From the crash dump stacks, it seems to end up in line 7106, which is between 
#if OS_VER < VERSION(4,9)
and
#else

see also Comment #4:
#8  ether_input (ifp=<optimized out>, m=0xffff)
    at /usr/src/sys/net/if_ethersubr.c:849

That seems wrong to me for FreeBSD 13. See if_rereg.h:
#define OS_VER	__FreeBSD_version
Comment 8 Zhenlei Huang freebsd_committer freebsd_triage 2023-12-12 04:43:41 UTC
(In reply to Tino Engel from comment #7)
> From the crash dump stacks, it seems to end up in line 7106, which is between 
> #if OS_VER < VERSION(4,9)
> and
> #else

> see also Comment #4:
> #8  ether_input (ifp=<optimized out>, m=0xffff)
>     at /usr/src/sys/net/if_ethersubr.c:849

> That seems wrong to me for FreeBSD 13. See if_rereg.h:
> #define OS_VER	__FreeBSD_version

See /usr/src/sys/net/if_ethersubr.c:

```
void
ether_ifattach(struct ifnet *ifp, const u_int8_t *lla)
{
...
    ifp->if_input = ether_input;
...
}
```
Comment 9 Jonathan Vasquez 2023-12-14 00:10:50 UTC
I've installed/upgraded a PCIe Intel(R) X520-1 82599EN SPF+ 10GiB NIC (and a TP-Link transceiver) on the server which will replace the Realtek onboard NIC (and thus avoid this issue).
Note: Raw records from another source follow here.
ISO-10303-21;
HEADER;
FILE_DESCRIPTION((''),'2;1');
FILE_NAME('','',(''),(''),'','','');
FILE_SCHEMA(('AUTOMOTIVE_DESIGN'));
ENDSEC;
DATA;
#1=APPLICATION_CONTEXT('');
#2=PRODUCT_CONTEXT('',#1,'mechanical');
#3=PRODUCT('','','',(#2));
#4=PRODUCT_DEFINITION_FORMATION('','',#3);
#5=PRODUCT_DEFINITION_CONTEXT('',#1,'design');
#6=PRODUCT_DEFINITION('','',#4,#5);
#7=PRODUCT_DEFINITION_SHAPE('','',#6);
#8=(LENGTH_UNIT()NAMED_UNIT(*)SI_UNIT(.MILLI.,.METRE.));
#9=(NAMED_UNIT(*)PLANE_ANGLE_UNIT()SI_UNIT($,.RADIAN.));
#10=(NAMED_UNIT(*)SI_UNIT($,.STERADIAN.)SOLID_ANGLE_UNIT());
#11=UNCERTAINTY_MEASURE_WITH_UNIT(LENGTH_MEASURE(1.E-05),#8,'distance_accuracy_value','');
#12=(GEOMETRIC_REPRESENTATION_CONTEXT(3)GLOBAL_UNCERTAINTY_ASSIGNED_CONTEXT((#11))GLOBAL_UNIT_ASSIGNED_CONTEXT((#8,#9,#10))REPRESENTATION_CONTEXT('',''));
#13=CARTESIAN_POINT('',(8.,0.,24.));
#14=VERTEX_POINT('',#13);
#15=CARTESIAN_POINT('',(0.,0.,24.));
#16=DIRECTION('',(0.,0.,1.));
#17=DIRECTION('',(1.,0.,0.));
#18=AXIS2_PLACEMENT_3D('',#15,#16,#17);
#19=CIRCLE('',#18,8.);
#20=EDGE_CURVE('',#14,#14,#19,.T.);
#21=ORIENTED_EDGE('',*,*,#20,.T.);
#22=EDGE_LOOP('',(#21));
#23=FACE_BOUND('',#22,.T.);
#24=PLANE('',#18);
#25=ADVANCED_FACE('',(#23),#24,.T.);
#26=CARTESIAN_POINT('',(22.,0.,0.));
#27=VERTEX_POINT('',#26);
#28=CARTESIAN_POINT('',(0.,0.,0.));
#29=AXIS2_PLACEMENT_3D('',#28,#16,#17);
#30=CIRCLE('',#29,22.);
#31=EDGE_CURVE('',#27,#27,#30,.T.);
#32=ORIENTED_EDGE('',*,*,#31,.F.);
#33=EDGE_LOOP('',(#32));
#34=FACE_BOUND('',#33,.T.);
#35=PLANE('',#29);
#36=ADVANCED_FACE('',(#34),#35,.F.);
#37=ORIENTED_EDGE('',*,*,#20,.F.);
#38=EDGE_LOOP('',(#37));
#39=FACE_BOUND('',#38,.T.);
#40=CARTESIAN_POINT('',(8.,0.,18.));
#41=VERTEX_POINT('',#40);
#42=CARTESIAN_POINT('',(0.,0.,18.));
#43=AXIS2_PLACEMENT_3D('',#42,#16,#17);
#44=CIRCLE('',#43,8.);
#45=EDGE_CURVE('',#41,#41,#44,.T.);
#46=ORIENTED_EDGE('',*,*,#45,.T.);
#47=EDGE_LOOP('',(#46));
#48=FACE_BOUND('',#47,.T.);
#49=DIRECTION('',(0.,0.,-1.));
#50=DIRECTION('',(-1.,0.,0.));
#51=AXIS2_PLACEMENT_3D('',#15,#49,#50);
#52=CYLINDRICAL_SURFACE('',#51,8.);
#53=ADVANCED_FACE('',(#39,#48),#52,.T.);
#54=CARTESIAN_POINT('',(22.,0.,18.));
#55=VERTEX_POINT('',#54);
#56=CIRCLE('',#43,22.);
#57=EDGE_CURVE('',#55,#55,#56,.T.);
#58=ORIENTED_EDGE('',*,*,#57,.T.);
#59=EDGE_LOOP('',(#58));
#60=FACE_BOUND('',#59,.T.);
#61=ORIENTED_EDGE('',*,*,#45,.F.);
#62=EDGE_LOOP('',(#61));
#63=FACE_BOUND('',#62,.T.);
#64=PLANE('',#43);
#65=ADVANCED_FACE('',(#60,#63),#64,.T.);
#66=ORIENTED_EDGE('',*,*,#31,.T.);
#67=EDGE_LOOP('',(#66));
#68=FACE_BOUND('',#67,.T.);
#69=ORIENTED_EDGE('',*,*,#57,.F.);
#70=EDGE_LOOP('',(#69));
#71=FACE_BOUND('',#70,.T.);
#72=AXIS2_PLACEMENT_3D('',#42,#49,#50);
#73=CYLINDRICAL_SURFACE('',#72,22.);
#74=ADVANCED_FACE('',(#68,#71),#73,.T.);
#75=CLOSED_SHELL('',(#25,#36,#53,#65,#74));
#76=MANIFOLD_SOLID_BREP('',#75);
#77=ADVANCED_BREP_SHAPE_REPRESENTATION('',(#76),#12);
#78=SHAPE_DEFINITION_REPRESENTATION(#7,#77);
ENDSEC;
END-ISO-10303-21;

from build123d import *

# Parameters (mm, degrees)
SKETCH_1_R      = 8
EXTRUDE_1_DEPTH = 24
SKETCH_2_R      = 22
EXTRUDE_2_DEPTH = 18


with BuildPart() as part:
    # 草图1 → 凸台-拉伸1 (new body)
    with BuildSketch(Plane.XY):
        Circle(SKETCH_1_R)
    extrude(amount=EXTRUDE_1_DEPTH)

    # 草图2 → 凸台-拉伸2 (add)
    with BuildSketch(Plane.XY):
        Circle(SKETCH_2_R)
    extrude(amount=EXTRUDE_2_DEPTH)


solid = part.part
I'll still have this onboard NIC available so if anyone wants me to try patches, lmk. I'll be happy to send down traffic to it.
Comment 10 Mithun 2024-09-12 06:33:52 UTC
(In reply to Jonathan Vasquez from comment #9)

Hi Jonathan Vasquez,

I’m experiencing a similar problem with the if_re module crashing on my FreeBSD system when I load the module. I saw your comment and bug report about the Realtek onboard NIC issue. Would it be possible for you to share the patch you mentioned? I would greatly appreciate any guidance on how to apply and test it.

Thanks for your help!

Best regards,
Mithun
Comment 11 Jonathan Vasquez 2024-09-12 13:20:05 UTC
Hey Mithun,

I don't have a patch for this. I installed an Intel NIC on a spare PCIe slot that I have and it's been rock solid and fast now. So I'm no longer using Realtek for my networking.
Comment 12 Mithun 2024-09-13 06:18:49 UTC
(In reply to Jonathan Vasquez from comment #11)

Hi Jonathan,

Thanks for your response!. Unfortunately, I don't have a spare slot to switch NICs, so I'll continue looking for a solution with the if_re module.